Effect of group-velocity dispersion on the generation of multimode pulsed squeezed light in a synchronously pumped optical parametric oscillator

TL;DR

This paper investigates how group-velocity dispersion impacts the generation and properties of multimode pulsed squeezed light in a synchronously pumped optical parametric oscillator, revealing mode-dependent detuning, coupling effects, and implications for quantum state quality.

Contribution

It introduces a detailed timedomain model considering intracavity dispersion, analyzing its effects on supermode squeezing, entanglement, and potential for experimental studies in multimode quantum optics.

Findings

Dispersion causes mode-dependent detuning of supermodes.

Dispersion influences squeezing levels and squeezing ellipse rotation.

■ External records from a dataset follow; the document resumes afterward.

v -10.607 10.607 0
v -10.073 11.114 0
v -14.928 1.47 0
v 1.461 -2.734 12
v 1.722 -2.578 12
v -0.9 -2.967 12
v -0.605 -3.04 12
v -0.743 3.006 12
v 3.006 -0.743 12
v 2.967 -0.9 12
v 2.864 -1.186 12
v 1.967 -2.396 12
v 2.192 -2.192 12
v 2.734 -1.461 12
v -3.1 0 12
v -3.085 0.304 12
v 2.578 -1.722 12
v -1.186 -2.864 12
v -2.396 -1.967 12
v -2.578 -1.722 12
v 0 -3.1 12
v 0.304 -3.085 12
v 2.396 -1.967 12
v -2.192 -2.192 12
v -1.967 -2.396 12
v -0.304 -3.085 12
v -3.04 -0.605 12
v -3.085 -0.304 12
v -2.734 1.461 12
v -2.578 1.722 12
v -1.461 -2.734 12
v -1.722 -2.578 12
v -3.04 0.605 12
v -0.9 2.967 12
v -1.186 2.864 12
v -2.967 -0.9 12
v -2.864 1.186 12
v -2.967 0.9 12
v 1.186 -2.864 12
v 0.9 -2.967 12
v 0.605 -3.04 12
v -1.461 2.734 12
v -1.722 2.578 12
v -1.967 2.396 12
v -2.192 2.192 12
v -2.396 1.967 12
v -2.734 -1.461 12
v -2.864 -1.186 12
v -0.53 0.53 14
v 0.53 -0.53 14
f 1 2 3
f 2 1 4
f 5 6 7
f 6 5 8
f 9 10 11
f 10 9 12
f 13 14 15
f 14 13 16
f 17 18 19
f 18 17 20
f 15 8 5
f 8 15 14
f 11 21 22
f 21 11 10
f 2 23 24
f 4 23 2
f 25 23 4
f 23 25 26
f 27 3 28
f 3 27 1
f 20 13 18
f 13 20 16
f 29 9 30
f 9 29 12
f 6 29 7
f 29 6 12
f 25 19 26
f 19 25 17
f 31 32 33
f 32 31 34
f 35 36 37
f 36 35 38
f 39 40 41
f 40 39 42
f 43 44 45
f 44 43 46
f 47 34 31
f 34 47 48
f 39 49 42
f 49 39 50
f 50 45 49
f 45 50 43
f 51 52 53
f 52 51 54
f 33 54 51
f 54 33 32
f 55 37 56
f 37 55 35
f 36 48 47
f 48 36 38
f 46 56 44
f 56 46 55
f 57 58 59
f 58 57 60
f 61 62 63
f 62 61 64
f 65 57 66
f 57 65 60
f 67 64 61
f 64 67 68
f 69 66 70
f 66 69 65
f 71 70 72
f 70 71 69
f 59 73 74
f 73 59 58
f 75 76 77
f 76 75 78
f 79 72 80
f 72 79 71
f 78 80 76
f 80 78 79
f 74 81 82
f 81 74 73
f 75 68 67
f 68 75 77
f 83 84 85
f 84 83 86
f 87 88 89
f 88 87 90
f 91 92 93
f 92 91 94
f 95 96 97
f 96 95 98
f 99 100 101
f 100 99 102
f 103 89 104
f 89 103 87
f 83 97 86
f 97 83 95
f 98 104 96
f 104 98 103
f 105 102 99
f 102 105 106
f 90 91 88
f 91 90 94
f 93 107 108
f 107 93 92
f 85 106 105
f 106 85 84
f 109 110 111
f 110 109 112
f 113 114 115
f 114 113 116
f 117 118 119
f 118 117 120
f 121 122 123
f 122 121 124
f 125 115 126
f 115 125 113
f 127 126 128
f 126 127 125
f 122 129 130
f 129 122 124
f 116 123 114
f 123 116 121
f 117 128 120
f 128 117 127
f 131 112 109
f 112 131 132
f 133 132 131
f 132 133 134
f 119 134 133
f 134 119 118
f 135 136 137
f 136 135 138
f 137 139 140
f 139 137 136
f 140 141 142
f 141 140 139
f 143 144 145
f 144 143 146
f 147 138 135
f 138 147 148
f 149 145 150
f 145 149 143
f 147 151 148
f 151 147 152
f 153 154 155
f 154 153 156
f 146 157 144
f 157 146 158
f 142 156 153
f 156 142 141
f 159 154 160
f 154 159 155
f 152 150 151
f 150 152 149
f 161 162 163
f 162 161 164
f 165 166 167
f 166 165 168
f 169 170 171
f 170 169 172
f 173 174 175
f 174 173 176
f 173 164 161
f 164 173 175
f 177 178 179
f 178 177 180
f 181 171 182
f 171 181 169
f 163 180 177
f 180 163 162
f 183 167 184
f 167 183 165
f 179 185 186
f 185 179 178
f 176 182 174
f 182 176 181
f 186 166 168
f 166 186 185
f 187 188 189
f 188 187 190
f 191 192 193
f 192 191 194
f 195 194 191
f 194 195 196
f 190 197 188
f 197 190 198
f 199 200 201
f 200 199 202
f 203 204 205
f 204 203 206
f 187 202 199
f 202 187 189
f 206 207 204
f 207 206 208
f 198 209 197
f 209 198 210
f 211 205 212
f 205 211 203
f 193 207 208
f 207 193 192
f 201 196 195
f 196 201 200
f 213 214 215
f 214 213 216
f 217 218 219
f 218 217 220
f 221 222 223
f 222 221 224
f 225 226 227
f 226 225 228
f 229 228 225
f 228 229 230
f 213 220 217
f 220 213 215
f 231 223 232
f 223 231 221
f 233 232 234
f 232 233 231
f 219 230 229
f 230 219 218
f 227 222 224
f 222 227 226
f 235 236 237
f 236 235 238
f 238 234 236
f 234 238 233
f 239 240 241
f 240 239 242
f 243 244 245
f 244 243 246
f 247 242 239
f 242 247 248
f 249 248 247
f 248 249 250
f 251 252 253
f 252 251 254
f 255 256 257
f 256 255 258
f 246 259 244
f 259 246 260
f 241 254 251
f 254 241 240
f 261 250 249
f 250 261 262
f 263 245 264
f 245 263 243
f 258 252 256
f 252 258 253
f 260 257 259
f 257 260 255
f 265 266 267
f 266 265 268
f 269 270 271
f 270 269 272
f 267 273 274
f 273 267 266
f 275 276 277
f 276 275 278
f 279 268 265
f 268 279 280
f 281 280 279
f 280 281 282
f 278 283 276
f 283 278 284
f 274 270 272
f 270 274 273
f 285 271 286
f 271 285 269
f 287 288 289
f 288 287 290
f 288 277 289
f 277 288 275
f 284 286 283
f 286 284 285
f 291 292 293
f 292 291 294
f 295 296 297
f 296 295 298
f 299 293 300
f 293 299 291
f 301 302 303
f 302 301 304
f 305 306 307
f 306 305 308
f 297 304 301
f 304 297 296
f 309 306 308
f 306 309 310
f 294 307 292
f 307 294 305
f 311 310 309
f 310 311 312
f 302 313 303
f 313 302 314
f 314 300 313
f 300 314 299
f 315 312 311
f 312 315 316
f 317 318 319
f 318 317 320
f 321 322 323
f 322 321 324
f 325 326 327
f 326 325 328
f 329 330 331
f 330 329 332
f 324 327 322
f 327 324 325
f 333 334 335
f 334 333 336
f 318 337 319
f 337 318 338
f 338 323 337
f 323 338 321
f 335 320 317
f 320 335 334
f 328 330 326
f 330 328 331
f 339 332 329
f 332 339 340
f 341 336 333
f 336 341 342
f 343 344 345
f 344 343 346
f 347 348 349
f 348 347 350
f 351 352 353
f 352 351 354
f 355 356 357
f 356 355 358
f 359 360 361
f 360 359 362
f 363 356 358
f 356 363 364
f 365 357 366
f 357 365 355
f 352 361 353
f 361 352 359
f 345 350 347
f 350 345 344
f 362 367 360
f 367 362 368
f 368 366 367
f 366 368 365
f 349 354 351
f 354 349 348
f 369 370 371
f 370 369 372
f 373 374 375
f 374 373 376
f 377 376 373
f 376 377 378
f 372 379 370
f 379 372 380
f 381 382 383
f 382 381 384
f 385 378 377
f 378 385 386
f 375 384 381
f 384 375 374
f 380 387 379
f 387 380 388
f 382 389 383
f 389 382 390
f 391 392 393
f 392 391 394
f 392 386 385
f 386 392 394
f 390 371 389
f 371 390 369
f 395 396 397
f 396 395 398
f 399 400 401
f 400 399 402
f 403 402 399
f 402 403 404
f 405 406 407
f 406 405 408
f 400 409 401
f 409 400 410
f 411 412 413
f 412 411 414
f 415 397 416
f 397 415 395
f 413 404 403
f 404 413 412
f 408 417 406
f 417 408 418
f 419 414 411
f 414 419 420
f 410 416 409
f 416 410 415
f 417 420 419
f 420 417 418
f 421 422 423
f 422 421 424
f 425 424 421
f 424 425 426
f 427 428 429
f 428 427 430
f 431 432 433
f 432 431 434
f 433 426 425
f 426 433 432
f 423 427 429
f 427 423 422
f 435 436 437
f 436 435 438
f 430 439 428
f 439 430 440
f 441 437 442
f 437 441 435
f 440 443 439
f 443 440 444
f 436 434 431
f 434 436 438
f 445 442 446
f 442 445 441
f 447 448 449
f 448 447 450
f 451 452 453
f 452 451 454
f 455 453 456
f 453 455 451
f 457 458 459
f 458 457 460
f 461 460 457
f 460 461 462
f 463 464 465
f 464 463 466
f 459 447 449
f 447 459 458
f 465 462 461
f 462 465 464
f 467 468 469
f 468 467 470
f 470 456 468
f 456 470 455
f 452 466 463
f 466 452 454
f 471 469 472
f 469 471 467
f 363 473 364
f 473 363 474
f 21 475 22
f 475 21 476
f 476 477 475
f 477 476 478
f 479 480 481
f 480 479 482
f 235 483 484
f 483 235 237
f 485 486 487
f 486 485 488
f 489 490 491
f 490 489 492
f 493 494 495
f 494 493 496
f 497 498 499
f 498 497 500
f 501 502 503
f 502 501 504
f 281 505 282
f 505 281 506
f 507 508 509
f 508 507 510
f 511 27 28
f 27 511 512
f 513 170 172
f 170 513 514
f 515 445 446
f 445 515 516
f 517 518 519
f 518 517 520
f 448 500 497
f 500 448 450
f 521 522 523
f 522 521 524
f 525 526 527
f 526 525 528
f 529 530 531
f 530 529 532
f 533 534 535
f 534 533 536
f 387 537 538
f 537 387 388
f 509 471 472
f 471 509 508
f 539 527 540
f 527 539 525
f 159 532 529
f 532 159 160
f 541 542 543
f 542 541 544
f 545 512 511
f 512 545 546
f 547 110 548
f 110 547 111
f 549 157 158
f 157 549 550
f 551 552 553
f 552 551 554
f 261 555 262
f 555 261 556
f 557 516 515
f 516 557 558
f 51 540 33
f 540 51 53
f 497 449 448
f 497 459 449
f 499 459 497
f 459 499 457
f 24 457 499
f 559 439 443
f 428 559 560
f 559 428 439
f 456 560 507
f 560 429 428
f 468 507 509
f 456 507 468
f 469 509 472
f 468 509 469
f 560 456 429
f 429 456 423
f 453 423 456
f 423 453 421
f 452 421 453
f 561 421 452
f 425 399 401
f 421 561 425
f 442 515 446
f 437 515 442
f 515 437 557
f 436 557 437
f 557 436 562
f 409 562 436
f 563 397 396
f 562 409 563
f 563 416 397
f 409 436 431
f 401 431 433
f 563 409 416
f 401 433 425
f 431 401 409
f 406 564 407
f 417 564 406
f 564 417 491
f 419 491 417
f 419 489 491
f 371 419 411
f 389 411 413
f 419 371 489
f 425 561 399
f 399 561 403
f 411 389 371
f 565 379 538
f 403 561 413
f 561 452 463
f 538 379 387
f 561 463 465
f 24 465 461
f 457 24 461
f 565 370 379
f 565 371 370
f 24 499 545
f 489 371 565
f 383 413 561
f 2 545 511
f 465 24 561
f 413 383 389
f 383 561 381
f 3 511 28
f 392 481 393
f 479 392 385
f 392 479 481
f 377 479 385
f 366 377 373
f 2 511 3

Reduced shot noise suppression due to dispersion effects.

Abstract

Parametric down-conversion in a nonlinear crystal is a widely employed technique for generating quadrature squeezed light with multiple modes, which finds applications in quantum metrology, quantum information and communication. Here we study the generation of temporally multimode pulsed squeezed light in a synchronously pumped optical parametric oscillator (SPOPO) operating below the oscillation threshold, while considering the presence of non-compensated intracavity group-velocity dispersion. Based on the developed timedomain model of the system, we show that the dispersion results in mode-dependent detuning of the broadband supermodes of the pulsed parametric process from the cavity resonance, as well as linear coupling between these supermodes. With the perturbation theory up to the second order in the coupling coefficients between modes, we obtained a solution for the supermode amplitudes given an arbitrary number of modes and pump level. The dispersion affects the quantum state of the supermodes by influencing their squeezing level and the rotation of the squeezing ellipse. It also affects the entanglement among the supermodes, leading to reduced suppression of shot noise level as measured in the balanced homodyne detection scheme. Furthermore, our study highlights the potential of SPOPO with group-velocity dispersion as a testbench for experimental investigations of multimode effects in linearly evanescent coupled parametric oscillators.